In the context of global sea level rise, coastal flooding losses due to storm surge events are a growing threat for Australians. Such events are commonly observed during tropical cyclones (TCs). Although Australia is baring down a hot and dry El Nino summer, Australian coastlines are still at risk. The loss associated with storm surge during a TC is often ignored in traditional TC Catastrophe-Loss models due to the complexity of modelling extreme sea level events in Monte-Carlo simulation infrastructures. Here, we present a machine learning modelling approach to include storm surge risk within Risk Frontiers’ TC loss model – CyclAUS. Storm surge water levels are modelled using Convolutional Neural Networks trained on a coastal sea level reanalysis dataset, spanning the Australian coastline at a 25 km resolution. Outputs from CyclAUS, simulating 50000 years of current climatology TCs around Australia, are then fed to point-based individual storm surge models to extract a maximum sea level height. Storm surge model validation shows that our machine learning approach has comparable skills to hydrodynamic solutions, while demanding far fewer computational resources, thus enabling its implementation into stochastic CAT-loss models.

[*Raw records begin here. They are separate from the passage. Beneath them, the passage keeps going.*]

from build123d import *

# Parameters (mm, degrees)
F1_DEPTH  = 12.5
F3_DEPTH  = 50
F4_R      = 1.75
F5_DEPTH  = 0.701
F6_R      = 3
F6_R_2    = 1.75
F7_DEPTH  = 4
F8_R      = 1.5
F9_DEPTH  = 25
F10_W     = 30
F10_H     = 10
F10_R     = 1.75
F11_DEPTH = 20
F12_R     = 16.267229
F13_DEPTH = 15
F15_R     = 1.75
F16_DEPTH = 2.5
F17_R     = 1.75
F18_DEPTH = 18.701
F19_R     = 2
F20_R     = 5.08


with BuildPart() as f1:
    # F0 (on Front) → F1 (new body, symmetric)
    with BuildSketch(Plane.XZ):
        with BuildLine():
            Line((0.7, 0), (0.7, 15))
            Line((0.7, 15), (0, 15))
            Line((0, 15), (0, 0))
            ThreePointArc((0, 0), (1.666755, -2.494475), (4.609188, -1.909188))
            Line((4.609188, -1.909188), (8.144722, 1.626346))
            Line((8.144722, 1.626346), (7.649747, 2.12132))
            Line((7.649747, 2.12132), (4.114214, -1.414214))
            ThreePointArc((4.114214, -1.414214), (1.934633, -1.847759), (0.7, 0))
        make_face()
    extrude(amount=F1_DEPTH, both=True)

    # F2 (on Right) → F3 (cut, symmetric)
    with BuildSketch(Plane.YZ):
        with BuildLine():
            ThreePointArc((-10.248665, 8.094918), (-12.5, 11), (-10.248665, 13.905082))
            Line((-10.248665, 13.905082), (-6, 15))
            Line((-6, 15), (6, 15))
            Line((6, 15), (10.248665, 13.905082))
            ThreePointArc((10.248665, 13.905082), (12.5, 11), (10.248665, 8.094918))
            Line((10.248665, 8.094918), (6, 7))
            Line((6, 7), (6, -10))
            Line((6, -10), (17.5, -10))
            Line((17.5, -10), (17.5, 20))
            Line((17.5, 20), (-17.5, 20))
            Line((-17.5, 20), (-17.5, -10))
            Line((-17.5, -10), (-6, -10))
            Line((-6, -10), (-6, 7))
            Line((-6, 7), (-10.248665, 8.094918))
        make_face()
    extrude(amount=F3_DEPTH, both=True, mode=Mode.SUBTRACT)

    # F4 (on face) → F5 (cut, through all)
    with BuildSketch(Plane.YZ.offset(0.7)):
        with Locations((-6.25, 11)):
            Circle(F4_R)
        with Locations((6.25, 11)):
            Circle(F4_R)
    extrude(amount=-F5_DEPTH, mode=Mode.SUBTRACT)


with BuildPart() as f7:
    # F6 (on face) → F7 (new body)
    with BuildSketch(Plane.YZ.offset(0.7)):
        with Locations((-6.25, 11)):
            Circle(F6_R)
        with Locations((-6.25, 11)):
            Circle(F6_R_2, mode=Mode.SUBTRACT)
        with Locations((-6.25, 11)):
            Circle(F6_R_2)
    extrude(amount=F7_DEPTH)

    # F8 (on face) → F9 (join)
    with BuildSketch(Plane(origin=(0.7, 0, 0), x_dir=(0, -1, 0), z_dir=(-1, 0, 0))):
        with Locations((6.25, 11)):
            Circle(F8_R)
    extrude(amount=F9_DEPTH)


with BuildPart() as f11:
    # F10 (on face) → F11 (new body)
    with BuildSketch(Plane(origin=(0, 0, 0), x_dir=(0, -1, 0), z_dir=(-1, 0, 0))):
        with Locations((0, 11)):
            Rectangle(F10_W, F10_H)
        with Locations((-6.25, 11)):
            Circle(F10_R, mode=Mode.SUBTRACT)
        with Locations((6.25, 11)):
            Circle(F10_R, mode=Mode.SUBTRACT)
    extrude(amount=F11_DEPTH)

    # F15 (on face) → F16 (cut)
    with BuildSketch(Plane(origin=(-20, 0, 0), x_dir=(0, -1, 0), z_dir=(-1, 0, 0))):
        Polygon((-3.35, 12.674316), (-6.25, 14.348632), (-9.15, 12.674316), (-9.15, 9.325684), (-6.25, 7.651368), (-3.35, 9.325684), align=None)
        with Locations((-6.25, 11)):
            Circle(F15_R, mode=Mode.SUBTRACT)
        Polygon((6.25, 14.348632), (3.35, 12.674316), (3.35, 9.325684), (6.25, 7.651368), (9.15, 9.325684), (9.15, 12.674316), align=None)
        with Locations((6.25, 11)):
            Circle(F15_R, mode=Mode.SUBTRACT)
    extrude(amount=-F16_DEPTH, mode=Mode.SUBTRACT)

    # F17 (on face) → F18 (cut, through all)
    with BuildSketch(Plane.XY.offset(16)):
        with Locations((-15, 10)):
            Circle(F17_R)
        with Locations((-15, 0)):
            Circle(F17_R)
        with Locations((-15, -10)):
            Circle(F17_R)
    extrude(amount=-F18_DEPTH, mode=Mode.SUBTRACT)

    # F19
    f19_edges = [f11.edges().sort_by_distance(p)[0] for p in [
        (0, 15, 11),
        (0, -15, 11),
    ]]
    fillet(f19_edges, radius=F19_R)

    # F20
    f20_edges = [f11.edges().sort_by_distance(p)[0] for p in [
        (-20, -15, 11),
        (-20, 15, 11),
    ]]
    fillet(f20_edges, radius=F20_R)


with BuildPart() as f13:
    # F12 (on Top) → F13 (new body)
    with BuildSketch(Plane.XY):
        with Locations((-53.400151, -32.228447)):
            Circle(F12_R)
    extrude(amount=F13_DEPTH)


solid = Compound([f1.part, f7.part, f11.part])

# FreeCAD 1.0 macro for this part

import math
import FreeCAD as App
import Part
import Sketcher
Q = App.Units.Quantity


def edges_at(feature, points):
    """Names of the edges that pass closest to the given points."""
    edges = feature.Shape.Edges
    near = lambda p: min(range(len(edges)), key=lambda i: edges[i].distToShape(Part.Vertex(*p))[0])
    return sorted({f"Edge{near(p) + 1}" for p in points})

doc = App.newDocument("Part")
body = doc.addObject("PartDesign::Body", "Body")

sketch1 = body.newObject("Sketcher::SketchObject", "Sketch")
sketch1.AttachmentSupport = (doc.getObject("XZ_Plane"), [""])
sketch1.MapMode = "FlatFace"
sketch1.addGeometry(Part.LineSegment(App.Vector(0.7, 0, 0), App.Vector(0.7, 15, 0)), False)
sketch1.addGeometry(Part.LineSegment(App.Vector(0.7, 15, 0), App.Vector(0, 15, 0)), False)
sketch1.addGeometry(Part.LineSegment(App.Vector(0, 15, 0), App.Vector(0, 0, 0)), False)
sketch1.addGeometry(Part.ArcOfCircle(Part.Circle(App.Vector(2.7, 0, 0), App.Vector(0, 0, 1), 2.7), math.radians(179.999991), math.radians(315.000013)), False)
sketch1.addGeometry(Part.LineSegment(App.Vector(4.609188, -1.909188, 0), App.Vector(8.144722, 1.626346, 0)), False)
sketch1.addGeometry(Part.LineSegment(App.Vector(8.144722, 1.626346, 0), App.Vector(7.649747, 2.12132, 0)), False)
sketch1.addGeometry(Part.LineSegment(App.Vector(7.649747, 2.12132, 0), App.Vector(4.114214, -1.414214, 0)), False)
sketch1.addGeometry(Part.ArcOfCircle(Part.Circle(App.Vector(2.700001, 0, 0), App.Vector(0, 0, 1), 2.000001), math.radians(-179.99999), math.radians(-45.000017)), False)
sketch1.addConstraint(Sketcher.Constraint("Coincident", 0, 2, 1, 1))
sketch1.addConstraint(Sketcher.Constraint("Coincident", 1, 2, 2, 1))
sketch1.addConstraint(Sketcher.Constraint("Tangent", 2, 2, 3, 1))
sketch1.addConstraint(Sketcher.Constraint("Tangent", 3, 2, 4, 1))
sketch1.addConstraint(Sketcher.Constraint("Coincident", 4, 2, 5, 1))
sketch1.addConstraint(Sketcher.Constraint("Coincident", 5, 2, 6, 1))
sketch1.addConstraint(Sketcher.Constraint("Tangent", 6, 2, 7, 2))
sketch1.addConstraint(Sketcher.Constraint("Tangent", 7, 1, 0, 1))
sketch1.addConstraint(Sketcher.Constraint("Vertical", 0))
sketch1.addConstraint(Sketcher.Constraint("Horizontal", 1))
sketch1.addConstraint(Sketcher.Constraint("Vertical", 2))
sketch1.addConstraint(Sketcher.Constraint("Coincident", 2, 2, -1, 1))
sketch1.addConstraint(Sketcher.Constraint("Coincident", 7, 3, 3, 3))
sketch1.addConstraint(Sketcher.Constraint("Perpendicular", 4, 5))
sketch1.addConstraint(Sketcher.Constraint("Perpendicular", 5, 6))
sketch1.addConstraint(Sketcher.Constraint("Radius", 7, 2.000001))
sketch1.addConstraint(Sketcher.Constraint("Radius", 3, 2.7))
sketch1.addConstraint(Sketcher.Constraint("DistanceY", 0, 1, 0, 2, 15.0))
sketch1.addConstraint(Sketcher.Constraint("Angle", 4, Q("45 deg")))
sketch1.addConstraint(Sketcher.Constraint("Distance", 4, 5.0))
pad1 = body.newObject("PartDesign::Pad", "Pad")
pad1.Profile = sketch1
pad1.Length = 25
pad1.Midplane = True

sketch2 = body.newObject("Sketcher::SketchObject", "Sketch001")
sketch2.AttachmentSupport = (doc.getObject("YZ_Plane"), [""])
sketch2.MapMode = "FlatFace"
sketch2.addGeometry(Part.ArcOfCircle(Part.Circle(App.Vector(-9.5, 11, 0), App.Vector(0, 0, 1), 3), math.radians(104.451183), math.radians(255.548817)), False)
sketch2.addGeometry(Part.LineSegment(App.Vector(-10.248665, 13.905082, 0), App.Vector(-6, 15, 0)), False)
sketch2.addGeometry(Part.LineSegment(App.Vector(-6, 15, 0), App.Vector(6, 15, 0)), False)
sketch2.addGeometry(Part.LineSegment(App.Vector(6, 15, 0), App.Vector(10.248665, 13.905082, 0)), False)
sketch2.addGeometry(Part.ArcOfCircle(Part.Circle(App.Vector(9.5, 11, 0), App.Vector(0, 0, 1), 3), math.radians(-75.548817), math.radians(75.548817)), False)
sketch2.addGeometry(Part.LineSegment(App.Vector(10.248665, 8.094918, 0), App.Vector(6, 7, 0)), False)
sketch2.addGeometry(Part.LineSegment(App.Vector(6, 7, 0), App.Vector(6, -10, 0)), False)
sketch2.addGeometry(Part.LineSegment(App.Vector(6, -10, 0), App.Vector(17.5, -10, 0)), False)
sketch2.addGeometry(Part.LineSegment(App.Vector(17.5, -10, 0), App.Vector(17.5, 20, 0)), False)
sketch2.addGeometry(Part.LineSegment(App.Vector(17.5, 20, 0), App.Vector(-17.5, 20, 0)), False)
sketch2.addGeometry(Part.LineSegment(App.Vector(-17.5, 20, 0), App.Vector(-17.5, -10, 0)), False)
sketch2.addGeometry(Part.LineSegment(App.Vector(-17.5, -10, 0), App.Vector(-6, -10, 0)), False)
sketch2.addGeometry(Part.LineSegment(App.Vector(-6, -10, 0), App.Vector(-6, 7, 0)), False)
sketch2.addGeometry(Part.LineSegment(App.Vector(-6, 7, 0), App.Vector(-10.248665, 8.094918, 0)), False)
sketch2.addConstraint(Sketcher.Constraint("Tangent", 0, 1, 1, 1))
sketch2.addConstraint(Sketcher.Constraint("Coincident", 1, 2, 2, 1))
sketch2.addConstraint(Sketcher.Constraint("Coincident", 2, 2, 3, 1))
sketch2.addConstraint(Sketcher.Constraint("Tangent", 3, 2, 4, 2))
sketch2.addConstraint(Sketcher.Constraint("Tangent", 4, 1, 5, 1))
sketch2.addConstraint(Sketcher.Constraint("Coincident", 5, 2, 6, 1))
sketch2.addConstraint(Sketcher.Constraint("Coincident", 6, 2, 7, 1))
sketch2.addConstraint(Sketcher.Constraint("Coincident", 7, 2, 8, 1))
sketch2.addConstraint(Sketcher.Constraint("Coincident", 8, 2, 9, 1))
sketch2.addConstraint(Sketcher.Constraint("Coincident", 9, 2, 10, 1))
sketch2.addConstraint(Sketcher.Constraint("Coincident", 10, 2, 11, 1))
sketch2.addConstraint(Sketcher.Constraint("Coincident", 11, 2, 12, 1))
sketch2.addConstraint(Sketcher.Constraint("Coincident", 12, 2, 13, 1))
sketch2.addConstraint(Sketcher.Constraint("Tangent", 13, 2, 0, 2))
sketch2.addConstraint(Sketcher.Constraint("Horizontal", 2))
sketch2.addConstraint(Sketcher.Constraint("Vertical", 6))
sketch2.addConstraint(Sketcher.Constraint("Horizontal", 7))
sketch2.addConstraint(Sketcher.Constraint("Vertical", 8))
sketch2.addConstraint(Sketcher.Constraint("Horizontal", 9))
sketch2.addConstraint(Sketcher.Constraint("Vertical", 10))
sketch2.addConstraint(Sketcher.Constraint("Horizontal", 11))
sketch2.addConstraint(Sketcher.Constraint("Vertical", 12))
sketch2.addConstraint(Sketcher.Constraint("Equal", 0, 4))
sketch2.addConstraint(Sketcher.Constraint("Symmetric", 0, 3, 4, 3, -2))
sketch2.addConstraint(Sketcher.Constraint("Symmetric", 7, 2, 10, 2, -2))
sketch2.addConstraint(Sketcher.Constraint("Symmetric", 5, 2, 12, 2, -2))
sketch2.addConstraint(Sketcher.Constraint("Parallel", 1, 5))
sketch2.addConstraint(Sketcher.Constraint("Parallel", 3, 13))
sketch2.addConstraint(Sketcher.Constraint("Vertical", 2, 2, 5, 2))
sketch2.addConstraint(Sketcher.Constraint("Radius", 0, 3.0))
sketch2.addConstraint(Sketcher.Constraint("DistanceX", 2, 1, 2, 2, 12.0))
sketch2.addConstraint(Sketcher.Constraint("DistanceX", 9, 2, 9, 1, 35.0))
sketch2.addConstraint(Sketcher.Constraint("DistanceY", 6, 2, 6, 1, 17.0))
sketch2.addConstraint(Sketcher.Constraint("DistanceY", 8, 1, 8, 2, 30.0))
sketch2.addConstraint(Sketcher.Constraint("DistanceY", -1, 1, 0, 3, 11.0))
sketch2.addConstraint(Sketcher.Constraint("DistanceY", -1, 1, 1, 2, 15.0))
sketch2.addConstraint(Sketcher.Constraint("DistanceX", 0, 3, 4, 3, 19.0))
pocket1 = body.newObject("PartDesign::Pocket", "Pocket")
pocket1.Profile = sketch2
pocket1.Length = 100
pocket1.Midplane = True

sketch3 = body.newObject("Sketcher::SketchObject", "Sketch002")
sketch3.AttachmentSupport = (doc.getObject("YZ_Plane"), [""])
sketch3.MapMode = "FlatFace"
sketch3.AttachmentOffset = App.Placement(App.Vector(0, 0, 0.7), App.Rotation())
sketch3.addGeometry(Part.Circle(App.Vector(-6.25, 11, 0), App.Vector(0, 0, 1), 1.75), False)
sketch3.addGeometry(Part.Circle(App.Vector(6.25, 11, 0), App.Vector(0, 0, 1), 1.75), False)
sketch3.addConstraint(Sketcher.Constraint("Equal", 0, 1))
sketch3.addConstraint(Sketcher.Constraint("Symmetric", 0, 3, 1, 3, -2))
sketch3.addConstraint(Sketcher.Constraint("Diameter", 0, 3.5))
sketch3.addConstraint(Sketcher.Constraint("DistanceY", -1, 1, 0, 3, 11.0))
sketch3.addConstraint(Sketcher.Constraint("DistanceX", 0, 3, 1, 3, 12.5))
pocket2 = body.newObject("PartDesign::Pocket", "Pocket001")
pocket2.Profile = sketch3
pocket2.Type = "ThroughAll"
body2 = doc.addObject("PartDesign::Body", "Body001")

sketch4 = body2.newObject("Sketcher::SketchObject", "Sketch003")
sketch4.AttachmentSupport = (doc.getObject("YZ_Plane001"), [""])
sketch4.MapMode = "FlatFace"
sketch4.AttachmentOffset = App.Placement(App.Vector(0, 0, 0.7), App.Rotation())
sketch4.addGeometry(Part.Circle(App.Vector(-6.25, 11, 0), App.Vector(0, 0, 1), 3), False)
sketch4.addConstraint(Sketcher.Constraint("Diameter", 0, 6.0))
sketch4.addConstraint(Sketcher.Constraint("DistanceY", -1, 1, 0, 3, 11.0))
sketch4.addConstraint(Sketcher.Constraint("DistanceX", 0, 3, -1, 1, 6.25))
pad2 = body2.newObject("PartDesign::Pad", "Pad001")
pad2.Profile = sketch4
pad2.Length = 4

sketch5 = body2.newObject("Sketcher::SketchObject", "Sketch004")
sketch5.AttachmentSupport = (doc.getObject("YZ_Plane001"), [""])
sketch5.MapMode = "FlatFace"
sketch5.AttachmentOffset = App.Placement(App.Vector(0, 0, 0.7), App.Rotation())
sketch5.addGeometry(Part.Circle(App.Vector(-6.25, 11, 0), App.Vector(0, 0, 1), 1.5), False)
sketch5.addConstraint(Sketcher.Constraint("Diameter", 0, 3.0))
sketch5.addConstraint(Sketcher.Constraint("DistanceY", -1, 1, 0, 3, 11.0))
sketch5.addConstraint(Sketcher.Constraint("DistanceX", 0, 3, -1, 1, 6.25))
pad3 = body2.newObject("PartDesign::Pad", "Pad002")
pad3.Profile = sketch5
pad3.Length = 25
pad3.Reversed = True
body3 = doc.addObject("PartDesign::Body", "Body002")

Dr. Behnam Beheshtian, Risk Engineer at Risk Frontiers
Vulnerability Assessment of Highly Populated Buildings in the Face of Earthquake and Tsunami Hazards
Behnam is a Risk Engineer at Risk Frontiers, responsible for developing and maintaining the QuakeAUS and QuakeNZ models, in addition to contributing to the development of other models within the group. He is passionate about researching the risk and resilience of the built environment in the face of natural hazards, including earthquakes, tsunamis, and bushfires. Holding a bachelor’s in civil engineering, along with his industry experience, means he is well-versed in the structural design of a wide variety of commercial, industrial, and infrastructure projects. Behnam’s PhD is in Earthquake Engineering from Swinburne University of Technology, where he researched the risk and resilience of the built environment to tsunami and seismic hazards.

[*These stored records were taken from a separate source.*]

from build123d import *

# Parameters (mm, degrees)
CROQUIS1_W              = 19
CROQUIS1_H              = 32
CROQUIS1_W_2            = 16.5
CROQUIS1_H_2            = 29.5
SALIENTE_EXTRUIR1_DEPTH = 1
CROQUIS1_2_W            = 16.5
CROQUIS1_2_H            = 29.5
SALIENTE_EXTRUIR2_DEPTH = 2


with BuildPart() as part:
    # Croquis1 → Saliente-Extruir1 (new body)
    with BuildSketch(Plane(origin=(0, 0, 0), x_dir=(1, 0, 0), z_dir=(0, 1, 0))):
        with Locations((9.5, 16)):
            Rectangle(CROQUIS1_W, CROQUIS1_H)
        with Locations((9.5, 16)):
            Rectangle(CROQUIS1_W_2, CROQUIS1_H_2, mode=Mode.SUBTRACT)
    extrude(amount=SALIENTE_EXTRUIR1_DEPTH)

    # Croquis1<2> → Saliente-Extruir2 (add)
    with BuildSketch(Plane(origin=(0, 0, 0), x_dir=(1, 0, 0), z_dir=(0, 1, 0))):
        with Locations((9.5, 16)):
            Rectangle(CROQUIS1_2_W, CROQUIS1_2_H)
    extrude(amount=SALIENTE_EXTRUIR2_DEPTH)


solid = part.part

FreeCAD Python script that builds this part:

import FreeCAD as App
import Part
import Sketcher

V = App.Vector


def add_polygon(sketch, points):
    """Adds a closed chain of lines whose ends are joined by coincident constraints."""
    first, n = sketch.GeometryCount, len(points)
    for a, b in zip(points, points[1:] + points[:1]):
        sketch.addGeometry(Part.LineSegment(App.Vector(*a, 0), App.Vector(*b, 0)), False)
    for i in range(n):
        sketch.addConstraint(Sketcher.Constraint("Coincident", first + i, 2, first + (i + 1) % n, 1))

doc = App.newDocument("Part")
body = doc.addObject("PartDesign::Body", "Body")

# Sketch on XZ plane
sketch1 = body.newObject("Sketcher::SketchObject", "Sketch")
sketch1.AttachmentSupport = (doc.getObject("XZ_Plane"), [""])
sketch1.MapMode = "FlatFace"
add_polygon(sketch1, [(0, -32), (0, 0), (19, 0), (19, -32)])  # lines 0-3
add_polygon(sketch1, [(17.75, -1.25), (1.25, -1.25), (1.25, -30.75), (17.75, -30.75)])  # lines 4-7
sketch1.addConstraint([
    Sketcher.Constraint("Vertical", 0),
    Sketcher.Constraint("Horizontal", 1),
    Sketcher.Constraint("Vertical", 2),
    Sketcher.Constraint("Horizontal", 3),
    Sketcher.Constraint("Horizontal", 4),
    Sketcher.Constraint("Vertical", 5),
    Sketcher.Constraint("Horizontal", 6),
    Sketcher.Constraint("Vertical", 7),
    Sketcher.Constraint("Coincident", 0, 2, -1, 1),
    Sketcher.Constraint("DistanceX", 1, 1, 1, 2, 19.0),
    Sketcher.Constraint("DistanceY", 0, 1, 0, 2, 32.0),
    Sketcher.Constraint("DistanceX", 4, 2, 4, 1, 16.5),
    Sketcher.Constraint("DistanceY", 5, 2, 5, 1, 29.5),
    Sketcher.Constraint("DistanceX", -1, 1, 4, 2, 1.25),
    Sketcher.Constraint("DistanceY", 4, 2, -1, 1, 1.25),
])
pad1 = body.newObject("PartDesign::Pad", "Pad")
pad1.Profile = sketch1
pad1.Length = 1
pad1.Reversed = True

# Sketch on XZ plane
sketch2 = body.newObject("Sketcher::SketchObject", "Sketch001")
sketch2.AttachmentSupport = (doc.getObject("XZ_Plane"), [""])
sketch2.MapMode = "FlatFace"
add_polygon(sketch2, [(1.25, -30.75), (1.25, -1.25), (17.75, -1.25), (17.75, -30.75)])  # lines 0-3
sketch2.addConstraint([
    Sketcher.Constraint("Vertical", 0),
    Sketcher.Constraint("Horizontal", 1),
    Sketcher.Constraint("Vertical", 2),
    Sketcher.Constraint("Horizontal", 3),
    Sketcher.Constraint("DistanceX", 1, 1, 1, 2, 16.5),
    Sketcher.Constraint("DistanceY", 0, 1, 0, 2, 29.5),
    Sketcher.Constraint("DistanceX", -1, 1, 0, 2, 1.25),
    Sketcher.Constraint("DistanceY", 0, 2, -1, 1, 1.25),
])
pad2 = body.newObject("PartDesign::Pad", "Pad001")
pad2.Profile = sketch2
pad2.Length = 2
pad2.Reversed = True

doc.recompute()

In this presentation, I will talk about my recent study that focused on the vulnerability of highly
populated buildings, using the AsiaWorld-Expo mega-structure in Hong Kong as a case study. This research used OpenSees software to develop a 3D numerical model of the building. Incremental dynamic analysis was conducted to analyse the seismic vulnerability of the structure, and a physics-based methodology was applied to determine the structure’s tsunami response under various scenarios. The primary outcomes of the research included structural fragility curves, reflecting the building’s damage potential in the face of seismic and tsunami hazards. I found that the structure is more vulnerable along its shorter dimension (parallel to the roof trusses, the Y direction) due to fewer shear walls. Moreover, for assessing tsunami-induced damage, instead of flow depth, the use of the kinematic moment of momentum flux was the preferred intensity measure. The findings provide crucial insights for risk-informed design strategies in earthquake- and tsunami-prone areas.